■ **WORK ITEM**
Produce as output only the lines below starting at the line with "v -1.588 -2.75 0" and continuing through the line with "v -0.356 -4.749 -5.842", each one exactly as written.

==== RECORDS

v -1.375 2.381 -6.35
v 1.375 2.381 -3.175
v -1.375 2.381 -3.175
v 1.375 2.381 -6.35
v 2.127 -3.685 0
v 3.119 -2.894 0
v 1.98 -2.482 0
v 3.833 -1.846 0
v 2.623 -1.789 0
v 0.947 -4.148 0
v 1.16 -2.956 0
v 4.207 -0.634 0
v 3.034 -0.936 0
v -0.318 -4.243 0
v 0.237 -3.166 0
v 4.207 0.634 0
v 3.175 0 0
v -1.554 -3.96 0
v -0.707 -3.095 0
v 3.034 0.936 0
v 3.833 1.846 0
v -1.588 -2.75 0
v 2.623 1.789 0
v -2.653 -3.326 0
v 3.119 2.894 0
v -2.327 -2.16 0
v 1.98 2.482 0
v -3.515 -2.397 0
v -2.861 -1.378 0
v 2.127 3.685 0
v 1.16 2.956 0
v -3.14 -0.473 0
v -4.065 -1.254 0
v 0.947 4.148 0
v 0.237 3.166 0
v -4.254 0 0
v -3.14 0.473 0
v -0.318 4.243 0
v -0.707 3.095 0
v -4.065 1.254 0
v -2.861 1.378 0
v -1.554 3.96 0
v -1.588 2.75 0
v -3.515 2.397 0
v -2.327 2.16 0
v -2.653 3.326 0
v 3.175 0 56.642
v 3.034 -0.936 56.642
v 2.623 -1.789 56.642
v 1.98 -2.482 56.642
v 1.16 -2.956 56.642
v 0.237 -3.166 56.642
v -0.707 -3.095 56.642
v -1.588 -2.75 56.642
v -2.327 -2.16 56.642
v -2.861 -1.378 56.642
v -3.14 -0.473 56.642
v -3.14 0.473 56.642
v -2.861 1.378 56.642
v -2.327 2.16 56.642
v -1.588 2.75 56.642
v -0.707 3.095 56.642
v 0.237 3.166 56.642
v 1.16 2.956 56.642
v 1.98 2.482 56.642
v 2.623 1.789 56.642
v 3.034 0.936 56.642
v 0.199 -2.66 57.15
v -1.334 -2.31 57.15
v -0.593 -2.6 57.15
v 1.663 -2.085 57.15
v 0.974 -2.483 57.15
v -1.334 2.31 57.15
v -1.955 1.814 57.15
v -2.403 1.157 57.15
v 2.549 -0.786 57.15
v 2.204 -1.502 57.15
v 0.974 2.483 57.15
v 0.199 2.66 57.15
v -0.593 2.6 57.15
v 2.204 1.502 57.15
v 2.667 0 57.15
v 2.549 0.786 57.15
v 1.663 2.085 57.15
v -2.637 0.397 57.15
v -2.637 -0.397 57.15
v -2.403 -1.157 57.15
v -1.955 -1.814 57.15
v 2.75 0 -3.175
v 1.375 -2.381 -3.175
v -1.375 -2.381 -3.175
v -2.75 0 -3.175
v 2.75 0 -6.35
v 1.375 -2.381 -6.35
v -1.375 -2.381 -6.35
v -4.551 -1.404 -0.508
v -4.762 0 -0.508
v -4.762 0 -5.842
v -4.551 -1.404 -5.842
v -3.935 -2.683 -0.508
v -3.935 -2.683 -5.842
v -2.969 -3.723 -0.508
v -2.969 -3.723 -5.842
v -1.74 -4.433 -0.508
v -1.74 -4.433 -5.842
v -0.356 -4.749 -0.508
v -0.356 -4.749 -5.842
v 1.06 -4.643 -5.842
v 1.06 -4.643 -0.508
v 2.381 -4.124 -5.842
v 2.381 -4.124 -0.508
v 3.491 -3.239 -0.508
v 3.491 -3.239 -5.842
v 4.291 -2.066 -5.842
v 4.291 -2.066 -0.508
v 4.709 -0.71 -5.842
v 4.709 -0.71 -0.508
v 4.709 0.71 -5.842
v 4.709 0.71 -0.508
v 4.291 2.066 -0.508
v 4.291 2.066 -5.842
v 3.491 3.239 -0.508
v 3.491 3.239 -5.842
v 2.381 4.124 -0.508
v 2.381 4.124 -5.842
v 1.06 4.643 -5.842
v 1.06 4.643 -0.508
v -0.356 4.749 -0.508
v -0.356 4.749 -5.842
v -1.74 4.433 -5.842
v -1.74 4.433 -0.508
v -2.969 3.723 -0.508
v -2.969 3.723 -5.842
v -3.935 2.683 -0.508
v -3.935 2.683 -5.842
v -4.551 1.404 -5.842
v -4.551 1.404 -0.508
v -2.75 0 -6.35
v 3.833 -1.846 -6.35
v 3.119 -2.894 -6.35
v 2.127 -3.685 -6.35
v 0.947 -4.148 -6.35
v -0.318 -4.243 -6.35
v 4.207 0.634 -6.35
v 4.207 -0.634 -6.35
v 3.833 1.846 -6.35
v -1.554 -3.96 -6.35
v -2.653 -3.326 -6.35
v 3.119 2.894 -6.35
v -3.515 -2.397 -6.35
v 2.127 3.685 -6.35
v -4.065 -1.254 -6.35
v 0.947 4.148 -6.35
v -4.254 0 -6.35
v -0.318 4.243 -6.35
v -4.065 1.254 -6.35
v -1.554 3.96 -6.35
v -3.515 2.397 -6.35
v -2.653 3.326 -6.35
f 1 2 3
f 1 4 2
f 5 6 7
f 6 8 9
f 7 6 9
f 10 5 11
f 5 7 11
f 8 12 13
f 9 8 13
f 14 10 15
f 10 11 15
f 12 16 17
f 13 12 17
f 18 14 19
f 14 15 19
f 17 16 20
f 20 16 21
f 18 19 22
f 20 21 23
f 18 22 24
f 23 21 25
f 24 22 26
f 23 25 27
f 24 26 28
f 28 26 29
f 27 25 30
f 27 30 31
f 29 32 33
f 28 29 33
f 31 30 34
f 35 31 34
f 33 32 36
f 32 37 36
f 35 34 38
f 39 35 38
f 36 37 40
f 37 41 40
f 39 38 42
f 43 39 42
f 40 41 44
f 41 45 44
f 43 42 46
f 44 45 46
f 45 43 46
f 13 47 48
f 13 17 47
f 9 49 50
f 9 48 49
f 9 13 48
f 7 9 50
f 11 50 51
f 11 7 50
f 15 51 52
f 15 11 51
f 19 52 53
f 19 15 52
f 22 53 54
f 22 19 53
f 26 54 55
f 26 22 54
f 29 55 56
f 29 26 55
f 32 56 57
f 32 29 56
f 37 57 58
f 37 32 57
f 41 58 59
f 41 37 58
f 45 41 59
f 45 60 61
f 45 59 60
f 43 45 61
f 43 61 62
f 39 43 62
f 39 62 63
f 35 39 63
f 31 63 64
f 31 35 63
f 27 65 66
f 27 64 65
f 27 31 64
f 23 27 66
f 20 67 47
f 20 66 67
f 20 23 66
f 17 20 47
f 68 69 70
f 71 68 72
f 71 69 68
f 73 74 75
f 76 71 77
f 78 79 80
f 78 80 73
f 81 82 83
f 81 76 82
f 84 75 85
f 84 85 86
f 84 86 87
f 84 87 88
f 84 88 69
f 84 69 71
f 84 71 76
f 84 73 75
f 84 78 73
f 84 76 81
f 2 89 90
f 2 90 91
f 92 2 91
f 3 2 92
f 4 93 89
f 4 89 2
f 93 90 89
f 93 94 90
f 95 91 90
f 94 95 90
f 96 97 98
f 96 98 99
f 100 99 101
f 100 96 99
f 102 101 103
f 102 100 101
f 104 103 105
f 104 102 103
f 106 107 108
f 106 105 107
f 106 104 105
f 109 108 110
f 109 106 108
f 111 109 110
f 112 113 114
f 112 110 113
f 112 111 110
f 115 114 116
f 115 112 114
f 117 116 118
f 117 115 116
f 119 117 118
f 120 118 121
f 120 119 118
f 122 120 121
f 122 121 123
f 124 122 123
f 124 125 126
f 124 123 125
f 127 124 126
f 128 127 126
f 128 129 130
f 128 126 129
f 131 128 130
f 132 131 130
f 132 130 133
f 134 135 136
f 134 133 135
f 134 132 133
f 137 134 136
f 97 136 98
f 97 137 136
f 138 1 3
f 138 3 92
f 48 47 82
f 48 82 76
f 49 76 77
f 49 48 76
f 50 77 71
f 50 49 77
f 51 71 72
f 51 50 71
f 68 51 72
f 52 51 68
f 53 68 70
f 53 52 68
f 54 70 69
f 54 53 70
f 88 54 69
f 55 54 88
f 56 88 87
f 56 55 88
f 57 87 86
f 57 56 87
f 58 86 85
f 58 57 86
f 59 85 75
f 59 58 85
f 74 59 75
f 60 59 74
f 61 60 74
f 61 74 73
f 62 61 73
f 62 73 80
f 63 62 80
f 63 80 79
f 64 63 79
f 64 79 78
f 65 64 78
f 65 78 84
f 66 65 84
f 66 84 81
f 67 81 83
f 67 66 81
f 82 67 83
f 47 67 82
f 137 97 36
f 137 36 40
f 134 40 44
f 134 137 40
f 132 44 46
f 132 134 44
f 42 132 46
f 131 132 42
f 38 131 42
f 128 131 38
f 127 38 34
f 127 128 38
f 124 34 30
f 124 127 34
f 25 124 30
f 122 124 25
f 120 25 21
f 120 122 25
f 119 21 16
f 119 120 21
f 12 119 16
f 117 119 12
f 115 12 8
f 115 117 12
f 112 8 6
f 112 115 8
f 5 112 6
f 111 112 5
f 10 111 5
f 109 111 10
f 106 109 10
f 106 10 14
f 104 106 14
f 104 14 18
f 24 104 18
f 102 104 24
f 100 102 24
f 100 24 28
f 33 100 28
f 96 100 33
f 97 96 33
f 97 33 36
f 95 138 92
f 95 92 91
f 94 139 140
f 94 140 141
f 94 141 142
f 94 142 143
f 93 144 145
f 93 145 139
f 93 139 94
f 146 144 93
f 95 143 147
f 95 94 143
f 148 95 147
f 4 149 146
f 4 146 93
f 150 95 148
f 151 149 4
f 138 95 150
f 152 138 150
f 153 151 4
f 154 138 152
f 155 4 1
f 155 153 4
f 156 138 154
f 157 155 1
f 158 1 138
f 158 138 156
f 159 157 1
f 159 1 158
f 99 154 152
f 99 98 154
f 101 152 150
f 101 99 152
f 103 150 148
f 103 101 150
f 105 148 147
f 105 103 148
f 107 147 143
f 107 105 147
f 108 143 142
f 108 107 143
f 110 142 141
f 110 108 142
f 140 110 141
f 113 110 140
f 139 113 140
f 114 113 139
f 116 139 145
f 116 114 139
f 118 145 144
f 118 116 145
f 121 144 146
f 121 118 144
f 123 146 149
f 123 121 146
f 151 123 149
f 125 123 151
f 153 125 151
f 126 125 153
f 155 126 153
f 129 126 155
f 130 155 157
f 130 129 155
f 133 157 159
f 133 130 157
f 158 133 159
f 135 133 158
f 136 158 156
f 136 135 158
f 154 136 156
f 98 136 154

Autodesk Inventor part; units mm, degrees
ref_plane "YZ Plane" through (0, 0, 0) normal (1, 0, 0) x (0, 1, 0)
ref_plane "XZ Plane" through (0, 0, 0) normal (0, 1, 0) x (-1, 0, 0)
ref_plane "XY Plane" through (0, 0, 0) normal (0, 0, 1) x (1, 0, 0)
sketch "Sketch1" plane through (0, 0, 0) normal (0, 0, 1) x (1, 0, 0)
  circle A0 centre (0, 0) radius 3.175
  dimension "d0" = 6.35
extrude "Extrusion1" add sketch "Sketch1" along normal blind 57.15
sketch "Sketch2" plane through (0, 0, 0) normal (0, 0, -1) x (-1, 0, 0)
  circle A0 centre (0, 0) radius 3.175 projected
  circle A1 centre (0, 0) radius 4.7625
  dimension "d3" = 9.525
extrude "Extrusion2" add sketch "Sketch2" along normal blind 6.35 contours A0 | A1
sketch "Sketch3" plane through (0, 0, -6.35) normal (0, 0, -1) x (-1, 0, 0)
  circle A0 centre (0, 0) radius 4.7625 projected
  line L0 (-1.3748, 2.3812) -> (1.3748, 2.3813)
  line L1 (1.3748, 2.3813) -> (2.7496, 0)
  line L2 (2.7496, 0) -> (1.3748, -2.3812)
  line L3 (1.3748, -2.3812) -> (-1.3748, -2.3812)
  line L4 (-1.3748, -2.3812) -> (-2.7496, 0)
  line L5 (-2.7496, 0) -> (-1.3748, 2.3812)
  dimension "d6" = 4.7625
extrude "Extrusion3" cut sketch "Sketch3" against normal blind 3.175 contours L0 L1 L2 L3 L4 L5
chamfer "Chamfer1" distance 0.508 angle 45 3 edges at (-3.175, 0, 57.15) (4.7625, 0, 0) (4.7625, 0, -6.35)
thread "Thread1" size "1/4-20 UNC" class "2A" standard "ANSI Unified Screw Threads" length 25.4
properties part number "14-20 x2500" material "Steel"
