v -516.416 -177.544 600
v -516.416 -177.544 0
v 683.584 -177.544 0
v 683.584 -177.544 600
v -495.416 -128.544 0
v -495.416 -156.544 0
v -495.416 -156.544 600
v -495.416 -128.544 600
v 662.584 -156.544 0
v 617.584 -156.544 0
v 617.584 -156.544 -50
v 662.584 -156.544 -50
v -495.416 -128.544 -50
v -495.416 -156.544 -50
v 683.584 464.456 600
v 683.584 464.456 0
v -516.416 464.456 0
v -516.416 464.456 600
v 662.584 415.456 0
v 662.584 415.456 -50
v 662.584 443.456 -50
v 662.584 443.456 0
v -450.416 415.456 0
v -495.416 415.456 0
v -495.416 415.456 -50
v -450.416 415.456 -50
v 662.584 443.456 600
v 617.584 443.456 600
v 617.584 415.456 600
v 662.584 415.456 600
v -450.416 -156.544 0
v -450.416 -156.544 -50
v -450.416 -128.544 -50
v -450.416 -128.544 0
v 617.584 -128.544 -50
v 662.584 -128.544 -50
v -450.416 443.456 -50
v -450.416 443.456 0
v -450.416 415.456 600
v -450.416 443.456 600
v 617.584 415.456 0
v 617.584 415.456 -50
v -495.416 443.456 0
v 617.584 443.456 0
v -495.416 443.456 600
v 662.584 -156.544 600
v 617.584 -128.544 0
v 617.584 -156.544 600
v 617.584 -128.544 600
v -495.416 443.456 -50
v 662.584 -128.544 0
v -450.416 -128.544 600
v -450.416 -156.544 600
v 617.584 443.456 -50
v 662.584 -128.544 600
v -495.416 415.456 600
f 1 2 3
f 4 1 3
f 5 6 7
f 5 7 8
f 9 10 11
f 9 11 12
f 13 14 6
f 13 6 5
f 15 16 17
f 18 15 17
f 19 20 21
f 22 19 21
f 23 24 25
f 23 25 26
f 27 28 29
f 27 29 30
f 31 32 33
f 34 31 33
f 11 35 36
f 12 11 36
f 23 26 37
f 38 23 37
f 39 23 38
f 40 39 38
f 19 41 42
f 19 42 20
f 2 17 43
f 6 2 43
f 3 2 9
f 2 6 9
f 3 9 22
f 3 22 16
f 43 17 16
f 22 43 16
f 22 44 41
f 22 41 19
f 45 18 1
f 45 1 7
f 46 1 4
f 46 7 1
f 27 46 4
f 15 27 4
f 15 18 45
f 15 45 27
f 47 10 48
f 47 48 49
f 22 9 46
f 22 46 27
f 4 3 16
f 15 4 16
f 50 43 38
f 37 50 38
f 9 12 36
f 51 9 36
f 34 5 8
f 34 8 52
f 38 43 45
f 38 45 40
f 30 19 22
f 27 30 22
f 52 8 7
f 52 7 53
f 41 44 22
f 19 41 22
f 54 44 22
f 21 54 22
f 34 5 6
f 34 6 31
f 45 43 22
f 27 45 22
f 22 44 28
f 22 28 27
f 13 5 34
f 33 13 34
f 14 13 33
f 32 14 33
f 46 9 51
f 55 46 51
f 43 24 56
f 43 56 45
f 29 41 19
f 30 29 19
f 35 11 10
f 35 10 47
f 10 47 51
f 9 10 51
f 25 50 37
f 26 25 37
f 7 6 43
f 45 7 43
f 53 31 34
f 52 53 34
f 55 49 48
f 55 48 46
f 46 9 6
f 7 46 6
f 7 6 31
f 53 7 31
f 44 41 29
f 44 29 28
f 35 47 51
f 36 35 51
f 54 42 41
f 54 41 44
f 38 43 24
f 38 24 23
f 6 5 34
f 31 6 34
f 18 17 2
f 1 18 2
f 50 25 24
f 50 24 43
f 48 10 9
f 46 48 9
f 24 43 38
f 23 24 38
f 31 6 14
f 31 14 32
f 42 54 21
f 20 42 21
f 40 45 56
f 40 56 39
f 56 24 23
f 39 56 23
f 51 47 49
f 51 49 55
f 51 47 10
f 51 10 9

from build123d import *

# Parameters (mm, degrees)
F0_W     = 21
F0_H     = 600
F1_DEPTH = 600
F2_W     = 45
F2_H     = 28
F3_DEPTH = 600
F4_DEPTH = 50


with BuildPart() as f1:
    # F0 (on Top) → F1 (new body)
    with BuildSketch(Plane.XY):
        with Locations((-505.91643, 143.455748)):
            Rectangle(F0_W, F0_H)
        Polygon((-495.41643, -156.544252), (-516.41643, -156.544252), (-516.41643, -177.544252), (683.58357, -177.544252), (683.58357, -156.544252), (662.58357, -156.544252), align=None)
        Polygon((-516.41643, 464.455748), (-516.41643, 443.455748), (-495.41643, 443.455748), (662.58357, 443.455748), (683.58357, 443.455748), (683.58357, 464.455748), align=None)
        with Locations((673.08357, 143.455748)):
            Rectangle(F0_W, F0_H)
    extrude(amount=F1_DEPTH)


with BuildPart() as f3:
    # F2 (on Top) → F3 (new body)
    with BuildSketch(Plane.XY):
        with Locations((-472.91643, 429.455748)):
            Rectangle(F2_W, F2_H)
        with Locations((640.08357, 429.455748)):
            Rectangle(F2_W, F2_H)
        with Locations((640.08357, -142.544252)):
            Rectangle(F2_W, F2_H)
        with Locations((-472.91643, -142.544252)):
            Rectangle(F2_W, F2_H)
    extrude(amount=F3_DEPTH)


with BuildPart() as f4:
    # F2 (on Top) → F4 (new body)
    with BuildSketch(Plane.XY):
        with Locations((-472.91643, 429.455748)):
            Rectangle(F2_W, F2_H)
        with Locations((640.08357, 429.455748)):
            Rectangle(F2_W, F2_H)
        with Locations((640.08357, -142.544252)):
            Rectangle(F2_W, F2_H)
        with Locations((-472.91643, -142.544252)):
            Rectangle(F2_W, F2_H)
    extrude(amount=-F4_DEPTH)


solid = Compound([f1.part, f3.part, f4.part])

========

■ **EXPECTED ANSWER**
v -1.588 -2.75 0
v 2.623 1.789 0
v -2.653 -3.326 0
v 3.119 2.894 0
v -2.327 -2.16 0
v 1.98 2.482 0
v -3.515 -2.397 0
v -2.861 -1.378 0
v 2.127 3.685 0
v 1.16 2.956 0
v -3.14 -0.473 0
v -4.065 -1.254 0
v 0.947 4.148 0
v 0.237 3.166 0
v -4.254 0 0
v -3.14 0.473 0
v -0.318 4.243 0
v -0.707 3.095 0
v -4.065 1.254 0
v -2.861 1.378 0
v -1.554 3.96 0
v -1.588 2.75 0
v -3.515 2.397 0
v -2.327 2.16 0
v -2.653 3.326 0
v 3.175 0 56.642
v 3.034 -0.936 56.642
v 2.623 -1.789 56.642
v 1.98 -2.482 56.642
v 1.16 -2.956 56.642
v 0.237 -3.166 56.642
v -0.707 -3.095 56.642
v -1.588 -2.75 56.642
v -2.327 -2.16 56.642
v -2.861 -1.378 56.642
v -3.14 -0.473 56.642
v -3.14 0.473 56.642
v -2.861 1.378 56.642
v -2.327 2.16 56.642
v -1.588 2.75 56.642
v -0.707 3.095 56.642
v 0.237 3.166 56.642
v 1.16 2.956 56.642
v 1.98 2.482 56.642
v 2.623 1.789 56.642
v 3.034 0.936 56.642
v 0.199 -2.66 57.15
v -1.334 -2.31 57.15
v -0.593 -2.6 57.15
v 1.663 -2.085 57.15
v 0.974 -2.483 57.15
v -1.334 2.31 57.15
v -1.955 1.814 57.15
v -2.403 1.157 57.15
v 2.549 -0.786 57.15
v 2.204 -1.502 57.15
v 0.974 2.483 57.15
v 0.199 2.66 57.15
v -0.593 2.6 57.15
v 2.204 1.502 57.15
v 2.667 0 57.15
v 2.549 0.786 57.15
v 1.663 2.085 57.15
v -2.637 0.397 57.15
v -2.637 -0.397 57.15
v -2.403 -1.157 57.15
v -1.955 -1.814 57.15
v 2.75 0 -3.175
v 1.375 -2.381 -3.175
v -1.375 -2.381 -3.175
v -2.75 0 -3.175
v 2.75 0 -6.35
v 1.375 -2.381 -6.35
v -1.375 -2.381 -6.35
v -4.551 -1.404 -0.508
v -4.762 0 -0.508
v -4.762 0 -5.842
v -4.551 -1.404 -5.842
v -3.935 -2.683 -0.508
v -3.935 -2.683 -5.842
v -2.969 -3.723 -0.508
v -2.969 -3.723 -5.842
v -1.74 -4.433 -0.508
v -1.74 -4.433 -5.842
v -0.356 -4.749 -0.508
v -0.356 -4.749 -5.842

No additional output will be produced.